(Collected data entries)
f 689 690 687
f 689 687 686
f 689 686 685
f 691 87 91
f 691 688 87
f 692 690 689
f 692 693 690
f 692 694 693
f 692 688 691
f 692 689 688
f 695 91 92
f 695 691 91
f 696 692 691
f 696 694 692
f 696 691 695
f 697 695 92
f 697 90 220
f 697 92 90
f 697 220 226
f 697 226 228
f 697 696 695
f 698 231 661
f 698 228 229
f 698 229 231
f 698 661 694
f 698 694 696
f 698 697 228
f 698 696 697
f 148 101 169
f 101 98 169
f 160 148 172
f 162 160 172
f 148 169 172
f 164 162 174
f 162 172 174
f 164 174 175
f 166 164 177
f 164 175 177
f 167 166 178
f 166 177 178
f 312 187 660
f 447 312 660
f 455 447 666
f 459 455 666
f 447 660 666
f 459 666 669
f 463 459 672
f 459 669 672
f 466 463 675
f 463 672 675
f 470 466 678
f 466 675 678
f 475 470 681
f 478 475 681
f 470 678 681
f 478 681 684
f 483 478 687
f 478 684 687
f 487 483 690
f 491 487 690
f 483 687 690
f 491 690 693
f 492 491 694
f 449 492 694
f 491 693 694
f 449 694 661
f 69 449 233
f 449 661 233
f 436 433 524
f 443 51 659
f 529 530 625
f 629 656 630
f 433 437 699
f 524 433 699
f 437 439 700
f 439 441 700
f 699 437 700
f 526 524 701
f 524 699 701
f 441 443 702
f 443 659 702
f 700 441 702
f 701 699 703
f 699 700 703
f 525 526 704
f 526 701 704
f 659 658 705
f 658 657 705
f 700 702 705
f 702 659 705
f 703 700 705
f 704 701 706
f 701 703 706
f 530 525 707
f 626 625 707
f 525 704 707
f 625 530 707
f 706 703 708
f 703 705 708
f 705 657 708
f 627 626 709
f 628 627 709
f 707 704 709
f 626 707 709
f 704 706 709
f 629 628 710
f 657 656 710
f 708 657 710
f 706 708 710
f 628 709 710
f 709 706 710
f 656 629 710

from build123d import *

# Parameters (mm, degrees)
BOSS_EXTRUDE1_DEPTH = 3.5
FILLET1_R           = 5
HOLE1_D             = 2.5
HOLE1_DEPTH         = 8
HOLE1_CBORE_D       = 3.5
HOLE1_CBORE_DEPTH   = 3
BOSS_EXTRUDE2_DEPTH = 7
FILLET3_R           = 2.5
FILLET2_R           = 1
--
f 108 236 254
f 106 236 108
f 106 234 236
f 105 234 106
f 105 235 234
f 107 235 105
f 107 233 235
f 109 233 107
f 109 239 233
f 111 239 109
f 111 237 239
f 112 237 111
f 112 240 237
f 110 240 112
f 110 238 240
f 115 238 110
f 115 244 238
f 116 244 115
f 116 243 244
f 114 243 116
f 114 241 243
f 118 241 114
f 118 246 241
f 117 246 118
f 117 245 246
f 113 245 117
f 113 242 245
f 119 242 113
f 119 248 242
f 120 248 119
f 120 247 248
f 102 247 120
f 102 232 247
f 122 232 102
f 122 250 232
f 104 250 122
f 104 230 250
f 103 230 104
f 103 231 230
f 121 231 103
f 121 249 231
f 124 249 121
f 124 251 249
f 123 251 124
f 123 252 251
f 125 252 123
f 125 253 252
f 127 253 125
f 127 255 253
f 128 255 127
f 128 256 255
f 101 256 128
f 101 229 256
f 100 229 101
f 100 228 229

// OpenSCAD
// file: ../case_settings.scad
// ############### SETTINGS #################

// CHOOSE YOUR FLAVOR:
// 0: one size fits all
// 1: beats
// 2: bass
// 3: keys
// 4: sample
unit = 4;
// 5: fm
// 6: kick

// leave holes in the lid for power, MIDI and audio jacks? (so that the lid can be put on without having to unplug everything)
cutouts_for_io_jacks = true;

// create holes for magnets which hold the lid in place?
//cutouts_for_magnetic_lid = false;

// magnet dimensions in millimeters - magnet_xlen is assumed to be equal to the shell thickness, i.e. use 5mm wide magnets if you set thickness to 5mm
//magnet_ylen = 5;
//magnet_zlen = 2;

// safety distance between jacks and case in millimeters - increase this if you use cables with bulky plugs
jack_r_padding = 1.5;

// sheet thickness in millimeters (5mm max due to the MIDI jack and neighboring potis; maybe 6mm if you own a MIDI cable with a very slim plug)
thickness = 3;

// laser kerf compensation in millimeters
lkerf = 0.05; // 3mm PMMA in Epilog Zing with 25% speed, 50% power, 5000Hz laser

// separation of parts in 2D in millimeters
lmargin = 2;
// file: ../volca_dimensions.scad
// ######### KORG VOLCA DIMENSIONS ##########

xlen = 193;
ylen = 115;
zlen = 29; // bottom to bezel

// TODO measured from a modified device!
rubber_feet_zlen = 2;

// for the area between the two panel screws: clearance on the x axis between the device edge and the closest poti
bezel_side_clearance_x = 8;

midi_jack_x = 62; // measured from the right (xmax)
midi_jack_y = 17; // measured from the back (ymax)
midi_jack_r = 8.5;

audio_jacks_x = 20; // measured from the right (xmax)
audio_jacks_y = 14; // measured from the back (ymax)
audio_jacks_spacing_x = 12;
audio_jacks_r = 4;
--
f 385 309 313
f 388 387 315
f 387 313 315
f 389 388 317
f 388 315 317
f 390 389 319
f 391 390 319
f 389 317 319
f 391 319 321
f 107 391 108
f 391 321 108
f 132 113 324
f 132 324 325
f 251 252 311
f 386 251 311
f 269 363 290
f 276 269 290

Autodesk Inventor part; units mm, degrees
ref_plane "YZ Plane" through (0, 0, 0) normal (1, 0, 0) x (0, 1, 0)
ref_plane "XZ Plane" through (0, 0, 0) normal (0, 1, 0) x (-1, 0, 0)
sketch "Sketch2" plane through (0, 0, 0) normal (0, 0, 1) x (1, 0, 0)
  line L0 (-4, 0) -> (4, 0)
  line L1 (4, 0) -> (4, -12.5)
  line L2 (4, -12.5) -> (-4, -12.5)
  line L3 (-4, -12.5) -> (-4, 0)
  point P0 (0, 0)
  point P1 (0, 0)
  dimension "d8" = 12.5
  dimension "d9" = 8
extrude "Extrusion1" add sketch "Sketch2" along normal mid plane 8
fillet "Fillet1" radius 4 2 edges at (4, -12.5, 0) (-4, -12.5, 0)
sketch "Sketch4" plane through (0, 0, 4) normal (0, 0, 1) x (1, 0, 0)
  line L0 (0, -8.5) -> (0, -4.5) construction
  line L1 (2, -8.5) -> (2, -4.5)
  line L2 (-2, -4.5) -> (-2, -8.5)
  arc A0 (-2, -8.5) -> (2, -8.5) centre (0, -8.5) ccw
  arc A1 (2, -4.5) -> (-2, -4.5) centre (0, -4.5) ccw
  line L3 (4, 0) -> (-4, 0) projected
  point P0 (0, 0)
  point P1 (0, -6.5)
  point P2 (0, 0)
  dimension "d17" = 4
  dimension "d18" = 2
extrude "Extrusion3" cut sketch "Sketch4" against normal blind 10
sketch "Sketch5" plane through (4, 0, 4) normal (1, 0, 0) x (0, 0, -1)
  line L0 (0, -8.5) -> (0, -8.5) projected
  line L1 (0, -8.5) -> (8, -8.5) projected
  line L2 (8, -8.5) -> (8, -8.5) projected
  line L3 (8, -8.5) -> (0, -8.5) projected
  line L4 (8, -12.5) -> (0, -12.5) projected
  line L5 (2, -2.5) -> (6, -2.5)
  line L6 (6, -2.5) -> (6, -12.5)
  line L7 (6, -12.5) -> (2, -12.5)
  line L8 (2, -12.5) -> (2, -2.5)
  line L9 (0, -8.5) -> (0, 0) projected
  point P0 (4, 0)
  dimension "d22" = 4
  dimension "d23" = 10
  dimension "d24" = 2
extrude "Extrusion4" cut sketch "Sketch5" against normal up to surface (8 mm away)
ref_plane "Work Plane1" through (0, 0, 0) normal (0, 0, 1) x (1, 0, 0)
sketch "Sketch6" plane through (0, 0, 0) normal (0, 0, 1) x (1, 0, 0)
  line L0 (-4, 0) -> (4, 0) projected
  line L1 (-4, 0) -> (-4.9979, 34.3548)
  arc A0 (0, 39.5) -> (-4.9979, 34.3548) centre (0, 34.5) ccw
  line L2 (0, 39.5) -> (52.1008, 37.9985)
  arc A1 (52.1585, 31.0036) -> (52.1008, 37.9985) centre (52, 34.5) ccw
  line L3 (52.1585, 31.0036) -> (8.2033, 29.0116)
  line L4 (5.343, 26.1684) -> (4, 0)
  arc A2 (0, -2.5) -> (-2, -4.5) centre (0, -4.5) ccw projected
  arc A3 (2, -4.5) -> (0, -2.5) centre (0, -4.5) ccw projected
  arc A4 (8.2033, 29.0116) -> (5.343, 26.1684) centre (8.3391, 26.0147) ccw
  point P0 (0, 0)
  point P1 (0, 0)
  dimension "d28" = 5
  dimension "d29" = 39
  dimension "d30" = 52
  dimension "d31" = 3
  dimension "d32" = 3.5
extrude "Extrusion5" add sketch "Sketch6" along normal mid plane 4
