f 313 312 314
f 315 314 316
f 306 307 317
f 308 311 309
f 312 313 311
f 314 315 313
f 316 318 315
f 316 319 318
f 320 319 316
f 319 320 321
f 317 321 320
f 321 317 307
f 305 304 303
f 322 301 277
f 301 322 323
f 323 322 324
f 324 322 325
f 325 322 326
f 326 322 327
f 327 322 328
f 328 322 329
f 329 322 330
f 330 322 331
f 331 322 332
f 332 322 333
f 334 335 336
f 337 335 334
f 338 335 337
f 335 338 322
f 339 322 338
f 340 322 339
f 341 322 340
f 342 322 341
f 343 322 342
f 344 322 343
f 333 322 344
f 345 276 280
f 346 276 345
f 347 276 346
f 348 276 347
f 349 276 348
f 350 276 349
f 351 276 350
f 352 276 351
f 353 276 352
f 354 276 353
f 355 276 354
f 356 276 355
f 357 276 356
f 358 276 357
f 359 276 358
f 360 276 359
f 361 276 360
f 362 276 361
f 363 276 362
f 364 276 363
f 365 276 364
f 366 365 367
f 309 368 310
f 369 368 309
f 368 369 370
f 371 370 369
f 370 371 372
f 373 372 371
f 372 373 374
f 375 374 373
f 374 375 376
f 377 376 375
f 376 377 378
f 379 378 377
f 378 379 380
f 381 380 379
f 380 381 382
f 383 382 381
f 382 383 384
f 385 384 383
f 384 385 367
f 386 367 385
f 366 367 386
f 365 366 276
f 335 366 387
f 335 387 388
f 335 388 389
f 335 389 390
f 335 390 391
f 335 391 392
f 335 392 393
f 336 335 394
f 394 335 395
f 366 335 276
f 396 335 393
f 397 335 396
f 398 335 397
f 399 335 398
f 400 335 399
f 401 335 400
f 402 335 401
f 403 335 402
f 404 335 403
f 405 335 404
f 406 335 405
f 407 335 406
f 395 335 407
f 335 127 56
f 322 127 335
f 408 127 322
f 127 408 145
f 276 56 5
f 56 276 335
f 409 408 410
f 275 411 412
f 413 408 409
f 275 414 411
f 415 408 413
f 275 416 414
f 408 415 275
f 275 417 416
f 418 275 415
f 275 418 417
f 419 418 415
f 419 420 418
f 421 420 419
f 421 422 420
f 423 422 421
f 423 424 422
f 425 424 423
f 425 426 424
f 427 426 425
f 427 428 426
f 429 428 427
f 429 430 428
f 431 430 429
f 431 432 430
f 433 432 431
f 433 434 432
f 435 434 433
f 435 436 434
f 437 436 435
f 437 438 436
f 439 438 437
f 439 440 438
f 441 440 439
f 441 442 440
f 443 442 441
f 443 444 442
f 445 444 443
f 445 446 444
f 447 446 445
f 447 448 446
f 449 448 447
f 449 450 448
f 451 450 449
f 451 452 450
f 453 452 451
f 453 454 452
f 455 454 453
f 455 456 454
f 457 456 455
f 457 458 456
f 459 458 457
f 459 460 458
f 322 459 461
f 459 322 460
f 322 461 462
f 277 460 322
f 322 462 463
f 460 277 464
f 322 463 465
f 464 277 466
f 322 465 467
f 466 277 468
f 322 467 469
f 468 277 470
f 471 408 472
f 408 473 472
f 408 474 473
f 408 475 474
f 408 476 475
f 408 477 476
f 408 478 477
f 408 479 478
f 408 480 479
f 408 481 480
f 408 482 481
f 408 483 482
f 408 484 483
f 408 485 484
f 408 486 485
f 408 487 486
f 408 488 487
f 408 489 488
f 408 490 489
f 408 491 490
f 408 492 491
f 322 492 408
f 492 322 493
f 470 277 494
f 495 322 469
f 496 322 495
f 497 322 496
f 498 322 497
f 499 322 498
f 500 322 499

Task item => In the entries above, find the line holding "f 453 452 451" and the line holding "f 500 322 499", then retype exactly those two lines and every line between them, and nothing else.

Your solution =>
f 453 452 451
f 453 454 452
f 455 454 453
f 455 456 454
f 457 456 455
f 457 458 456
f 459 458 457
f 459 460 458
f 322 459 461
f 459 322 460
f 322 461 462
f 277 460 322
f 322 462 463
f 460 277 464
f 322 463 465
f 464 277 466
f 322 465 467
f 466 277 468
f 322 467 469
f 468 277 470
f 471 408 472
f 408 473 472
f 408 474 473
f 408 475 474
f 408 476 475
f 408 477 476
f 408 478 477
f 408 479 478
f 408 480 479
f 408 481 480
f 408 482 481
f 408 483 482
f 408 484 483
f 408 485 484
f 408 486 485
f 408 487 486
f 408 488 487
f 408 489 488
f 408 490 489
f 408 491 490
f 408 492 491
f 322 492 408
f 492 322 493
f 470 277 494
f 495 322 469
f 496 322 495
f 497 322 496
f 498 322 497
f 499 322 498
f 500 322 499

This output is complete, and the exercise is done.